Mar 23, 2026

We Asked 5 Financial Experts: What's the Biggest Threat to Millennials' Retirement Savings?

Written by Dawn Allcot
|
Edited by Levi Leidy
Discover a millennial man and woman using a laptop to work on their finances in the kitchen

Millennials, born between 1981 and 1996, are between 29 and 44 years old today. They are the youngest generation alive to remember the 9/11 terrorist attacks in 2001 and they were the youngest members of the workforce in 2008 during the Great Recession.



The generation often scolded for their love of pricey pleasures like Starbucks and avocado toast now finds retirement looming just a few decades away. Only 42% are on track to retire by age 65, according to a survey from Vanguard.

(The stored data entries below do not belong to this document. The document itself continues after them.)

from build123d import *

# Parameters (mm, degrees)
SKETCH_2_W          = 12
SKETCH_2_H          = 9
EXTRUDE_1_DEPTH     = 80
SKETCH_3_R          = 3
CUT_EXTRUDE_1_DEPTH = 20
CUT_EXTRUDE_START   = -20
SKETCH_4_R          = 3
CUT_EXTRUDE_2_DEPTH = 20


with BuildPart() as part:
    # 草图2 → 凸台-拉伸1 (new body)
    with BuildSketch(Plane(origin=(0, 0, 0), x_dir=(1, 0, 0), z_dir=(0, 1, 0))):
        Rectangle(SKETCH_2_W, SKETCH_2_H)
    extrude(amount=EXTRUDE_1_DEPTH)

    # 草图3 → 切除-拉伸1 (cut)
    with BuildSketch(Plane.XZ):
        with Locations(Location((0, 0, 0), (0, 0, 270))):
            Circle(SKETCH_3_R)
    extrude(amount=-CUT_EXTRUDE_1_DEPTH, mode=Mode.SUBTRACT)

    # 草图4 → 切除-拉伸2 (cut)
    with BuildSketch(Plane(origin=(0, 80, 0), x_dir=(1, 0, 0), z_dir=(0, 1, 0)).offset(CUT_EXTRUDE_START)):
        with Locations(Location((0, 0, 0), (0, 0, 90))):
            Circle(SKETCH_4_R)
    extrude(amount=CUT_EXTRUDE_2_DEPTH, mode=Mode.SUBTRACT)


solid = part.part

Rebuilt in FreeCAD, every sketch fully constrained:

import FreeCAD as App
import Part
import Sketcher
from FreeCAD import Vector


def add_polygon(sketch, points):
    """Adds a closed chain of lines whose ends are joined by coincident constraints."""
    first, n = sketch.GeometryCount, len(points)
    for a, b in zip(points, points[1:] + points[:1]):
        sketch.addGeometry(Part.LineSegment(App.Vector(*a, 0), App.Vector(*b, 0)), False)
    for i in range(n):
        sketch.addConstraint(Sketcher.Constraint("Coincident", first + i, 2, first + (i + 1) % n, 1))

doc = App.newDocument("Part")
body = doc.addObject("PartDesign::Body", "Body")

sketch1 = body.newObject("Sketcher::SketchObject", "Sketch")
sketch1.AttachmentSupport = (doc.getObject("XZ_Plane"), [""])
sketch1.MapMode = "FlatFace"
add_polygon(sketch1, [(-6, -4), (-6, 4), (6, 4), (6, -4)])
sketch1.addConstraint([
    Sketcher.Constraint("Vertical", 0),
    Sketcher.Constraint("Horizontal", 1),
    Sketcher.Constraint("Vertical", 2),
    Sketcher.Constraint("Horizontal", 3),
    Sketcher.Constraint("Symmetric", 0, 2, 2, 2, -1, 1),
    Sketcher.Constraint("DistanceX", 1, 1, 1, 2, 12.0),
    Sketcher.Constraint("DistanceY", 0, 1, 0, 2, 9.0),
])
pad1 = body.newObject("PartDesign::Pad", "Pad")
pad1.Profile = sketch1
pad1.Length = 80
pad1.Reversed = True

sketch2 = body.newObject("Sketcher::SketchObject", "Sketch001")
sketch2.AttachmentSupport = (doc.getObject("XZ_Plane"), [""])
sketch2.MapMode = "FlatFace"
sketch2.addGeometry(Part.Circle(Vector(0, 0, 0), Vector(0, 0, 1), 3), False)
sketch2.addConstraint([
    Sketcher.Constraint("Coincident", 0, 3, -1, 1),
    Sketcher.Constraint("Diameter", 0, 6.0),
])
pocket1 = body.newObject("PartDesign::Pocket", "Pocket")
pocket1.Profile = sketch2
pocket1.Length = 20

sketch3 = body.newObject("Sketcher::SketchObject", "Sketch002")
sketch3.AttachmentSupport = (doc.getObject("XZ_Plane"), [""])
sketch3.MapMode = "FlatFace"
sketch3.AttachmentOffset = App.Placement(Vector(0, 0, -60), App.Rotation())
sketch3.addGeometry(Part.Circle(Vector(0, 0, 0), Vector(0, 0, 1), 3), False)
sketch3.addConstraint([
    Sketcher.Constraint("Coincident", 0, 3, -1, 1),
    Sketcher.Constraint("Diameter", 0, 6.0),
])
pocket2 = body.newObject("PartDesign::Pocket", "Pocket001")
pocket2.Profile = sketch3
pocket2.Length = 20

doc.recompute()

Check Out: 10 High-Paying Jobs for Millennials Who Aim To Make Six Figures

Read Next: Start Growing Your Net Worth With Smarter Tracking

Given this information, MoneyLion asked five financial experts, "What's the biggest threat to millennials' retirement savings?" The good news? Not one said avocado toast, so go ahead and enjoy your brunch and other little luxuries (in moderation, of course) without guilt.

Here is, they explained, what is really threatening millennials' retirements.

College costs began a slow rise in the 1980s but didn't skyrocket until the 21st century. Tuition and fees increased 60% between 2000 and 2022, according to data from the National Center for Education Statistics. And more than 15% of millennials still had student loan balances as of June 2025, according to Experian.

"Student loans are a big problem for millennials, said Quote.com finance expert Melanie Musson. "Laws that keep loans affordable for lower-income individuals also leave them with just as much debt 30 years after college or graduate school as they had when they left. It's a huge problem to pay toward the loan every month without chipping away at it."

Most millennials were too young to buy a house during the 2008 real estate market crash. Housing costs continued to rise as millennials were finally ready to buy homes. Millennials hold average mortgage debt of more than $320,000, according to Experian data.



"Millennials are juggling mortgages that cost more than their parents' first homes," said Julia Bartak, financial advisor at Edward Jones. "High home prices and high interest rates mean they're devoting larger portions of income to housing than prior generations. There's an emotional response to feeling like all their financial bandwidth is going toward their mortgage, and that can push retirement savings to the back burner."

If you're starting to notice a trend, you're right: Debt is holding many millennials back from properly preparing for retirement. Experian data shows that 77.9% of millennials have credit card debt, with average balances close to $7,000.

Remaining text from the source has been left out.